Впрочем, удивительна не столько сложность и парадоксальность обнаруживаемых нами следствий, сколько то обстоятельство, что они кажутся недоступными рядовому сознанию. Ведь в действительности мы легко разрубаем весь этот узел противоречий, часто даже не замечая их в своей повседневной деятельности. Вдумаемся. Есть процесс физического воплощения некоего замысла, скажем, строительство дома, когда из разрозненного множества исходных материалов постепенно воздвигается то, что должно удовлетворить наши желания. Есть и сам замысел, в котором уже присутствует все, что должен содержать конечный результат строительства.

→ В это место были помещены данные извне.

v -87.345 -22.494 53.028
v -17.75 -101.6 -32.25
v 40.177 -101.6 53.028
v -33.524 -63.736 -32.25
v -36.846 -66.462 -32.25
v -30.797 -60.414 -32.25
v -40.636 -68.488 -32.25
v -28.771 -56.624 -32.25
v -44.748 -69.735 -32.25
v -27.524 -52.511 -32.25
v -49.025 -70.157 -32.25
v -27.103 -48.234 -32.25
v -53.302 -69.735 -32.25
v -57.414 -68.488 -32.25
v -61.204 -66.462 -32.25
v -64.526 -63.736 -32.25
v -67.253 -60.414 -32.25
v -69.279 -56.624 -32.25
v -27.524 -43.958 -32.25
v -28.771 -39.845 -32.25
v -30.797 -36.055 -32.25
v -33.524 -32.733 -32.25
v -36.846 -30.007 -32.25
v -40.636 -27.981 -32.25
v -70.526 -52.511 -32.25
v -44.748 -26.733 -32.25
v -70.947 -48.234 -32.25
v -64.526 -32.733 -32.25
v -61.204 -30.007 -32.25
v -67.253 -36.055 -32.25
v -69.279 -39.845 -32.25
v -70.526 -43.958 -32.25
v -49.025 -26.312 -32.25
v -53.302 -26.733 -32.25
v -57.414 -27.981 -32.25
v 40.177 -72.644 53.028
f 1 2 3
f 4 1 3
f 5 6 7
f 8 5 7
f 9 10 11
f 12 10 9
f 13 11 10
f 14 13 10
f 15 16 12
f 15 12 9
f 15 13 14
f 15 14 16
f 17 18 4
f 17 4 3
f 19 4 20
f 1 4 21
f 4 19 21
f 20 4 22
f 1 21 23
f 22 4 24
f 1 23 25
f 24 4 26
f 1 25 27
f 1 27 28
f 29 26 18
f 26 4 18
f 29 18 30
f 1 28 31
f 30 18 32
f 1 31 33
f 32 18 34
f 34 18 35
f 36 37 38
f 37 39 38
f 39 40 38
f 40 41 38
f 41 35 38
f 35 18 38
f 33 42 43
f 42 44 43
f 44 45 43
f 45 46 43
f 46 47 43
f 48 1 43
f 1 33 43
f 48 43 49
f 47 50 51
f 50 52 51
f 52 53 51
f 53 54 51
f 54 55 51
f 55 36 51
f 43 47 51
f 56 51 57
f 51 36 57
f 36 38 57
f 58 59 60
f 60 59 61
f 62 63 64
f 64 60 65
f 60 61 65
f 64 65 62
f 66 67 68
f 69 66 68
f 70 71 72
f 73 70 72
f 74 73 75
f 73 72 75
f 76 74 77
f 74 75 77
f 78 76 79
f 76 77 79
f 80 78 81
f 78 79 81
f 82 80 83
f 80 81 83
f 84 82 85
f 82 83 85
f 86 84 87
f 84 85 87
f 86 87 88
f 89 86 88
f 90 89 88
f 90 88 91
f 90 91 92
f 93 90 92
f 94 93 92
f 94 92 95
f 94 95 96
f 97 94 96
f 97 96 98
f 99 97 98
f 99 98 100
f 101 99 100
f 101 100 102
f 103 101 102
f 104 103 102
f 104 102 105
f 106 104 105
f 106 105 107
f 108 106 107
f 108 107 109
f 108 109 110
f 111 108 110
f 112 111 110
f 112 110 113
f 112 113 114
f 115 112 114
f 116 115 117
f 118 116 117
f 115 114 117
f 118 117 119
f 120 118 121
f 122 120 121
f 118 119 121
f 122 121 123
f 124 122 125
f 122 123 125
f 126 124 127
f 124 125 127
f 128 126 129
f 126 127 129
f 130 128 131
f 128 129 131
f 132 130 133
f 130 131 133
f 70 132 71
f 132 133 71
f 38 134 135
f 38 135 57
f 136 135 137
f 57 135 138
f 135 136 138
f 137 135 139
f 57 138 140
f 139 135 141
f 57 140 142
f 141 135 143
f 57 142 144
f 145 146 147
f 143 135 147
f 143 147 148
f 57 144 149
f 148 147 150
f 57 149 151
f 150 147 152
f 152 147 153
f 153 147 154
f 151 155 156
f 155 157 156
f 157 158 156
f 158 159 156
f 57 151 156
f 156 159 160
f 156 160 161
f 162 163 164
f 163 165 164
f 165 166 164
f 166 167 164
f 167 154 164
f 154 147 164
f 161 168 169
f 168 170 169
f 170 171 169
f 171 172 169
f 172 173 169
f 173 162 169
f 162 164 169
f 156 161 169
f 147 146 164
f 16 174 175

Есть, наконец, и промежуточные этапы, где мы сверяем одно с другим и вносим какие-то исправления как в саму работу, так и в ее план. Другими словами, начало и конец (равно как и все промежуточные стадии процесса) постоянно соотносятся друг с другом и корректируют себя.

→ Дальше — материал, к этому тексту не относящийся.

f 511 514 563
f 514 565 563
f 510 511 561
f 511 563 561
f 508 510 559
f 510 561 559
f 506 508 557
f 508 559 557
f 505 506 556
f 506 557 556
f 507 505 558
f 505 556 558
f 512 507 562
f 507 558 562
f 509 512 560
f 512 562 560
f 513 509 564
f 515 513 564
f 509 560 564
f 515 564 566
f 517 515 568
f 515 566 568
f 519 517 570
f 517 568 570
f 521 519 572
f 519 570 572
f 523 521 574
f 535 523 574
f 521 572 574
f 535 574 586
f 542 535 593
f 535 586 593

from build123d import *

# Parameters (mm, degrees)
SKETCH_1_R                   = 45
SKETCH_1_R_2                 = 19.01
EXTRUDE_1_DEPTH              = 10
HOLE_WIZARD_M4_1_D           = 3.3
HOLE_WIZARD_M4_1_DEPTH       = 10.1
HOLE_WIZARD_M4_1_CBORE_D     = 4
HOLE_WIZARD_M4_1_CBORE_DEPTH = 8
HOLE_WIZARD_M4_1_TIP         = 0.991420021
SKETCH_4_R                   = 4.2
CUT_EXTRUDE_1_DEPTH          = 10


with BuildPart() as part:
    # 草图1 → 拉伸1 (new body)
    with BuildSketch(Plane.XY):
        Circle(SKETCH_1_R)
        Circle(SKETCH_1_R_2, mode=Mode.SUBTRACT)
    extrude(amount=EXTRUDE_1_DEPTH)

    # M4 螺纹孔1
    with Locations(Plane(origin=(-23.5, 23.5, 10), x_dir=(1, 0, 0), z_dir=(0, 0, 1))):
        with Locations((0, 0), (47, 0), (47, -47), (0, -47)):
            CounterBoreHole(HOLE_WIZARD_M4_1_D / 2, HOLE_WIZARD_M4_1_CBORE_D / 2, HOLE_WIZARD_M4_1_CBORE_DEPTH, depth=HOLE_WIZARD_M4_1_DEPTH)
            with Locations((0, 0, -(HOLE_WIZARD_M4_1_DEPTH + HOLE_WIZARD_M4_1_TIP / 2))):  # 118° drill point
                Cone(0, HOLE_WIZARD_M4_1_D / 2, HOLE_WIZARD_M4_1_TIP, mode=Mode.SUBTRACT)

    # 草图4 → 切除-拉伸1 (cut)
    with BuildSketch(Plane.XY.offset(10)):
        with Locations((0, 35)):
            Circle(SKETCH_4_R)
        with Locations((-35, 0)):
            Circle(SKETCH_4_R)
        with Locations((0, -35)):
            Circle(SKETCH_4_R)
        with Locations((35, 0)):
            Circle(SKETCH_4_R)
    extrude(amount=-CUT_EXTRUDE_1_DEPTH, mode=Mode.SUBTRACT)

Легко видеть, что эта схема просто и естественно объясняет многие (если не все встающие здесь) противоречия. Правда, она неприемлема для объяснения всеобщей эволюции природы, поскольку предполагает существование начала, которое обязано предшествовать всякому развитию и предопределять его логику. Но если, мы отрицаем это таинственное начало, несводимое ни к одной известной нам форме материальности, в человеке и полагаем, что сгусток сложно организованного вещества способен сам по себе порождать все то, что мы относим к духу, то почему не предположить, что сам дух — это просто особая форма материального? И если так, то почему в куда более сложно устроенной природе все должно объясняться исключительно известными нам разновидностями последней?

Действительные основания мира могут быть связаны друг с другом куда более сложными отношениями. Не исключая нелинейность времени и возможность физического следствия влиять на свои физические же причины… Ведь соглашаемся мы с тем, что концентрированные массы способны искривлять окружающее пространство,— почему же не допустить, что и концентрированная энергия в состоянии деформировать поток времени вплоть до такой степени, когда он замыкается в кольцо… Словом, все над-вещественное легко может оказаться иносказанием еще непознанных нами измерений самого вещества. Тем более что успехами физики материя и в самом деле становится «менее материальной». Впрочем, дополним это уже приводившееся высказывание его продолжением, ибо одновременно: «…психология делала дух менее духовным».76 В общем, неважно, что именно будет обнаружено нами: «Квадрат Божественности» или, напротив, «Квадратный корень из вещественности»,— важно то, что именно здесь, в объединяющем начало и конец пункте, будет скрываться движущая сила любого развития.

А следовательно, и тайна его «атома» — превращения «дваплюсдва» в «четыре».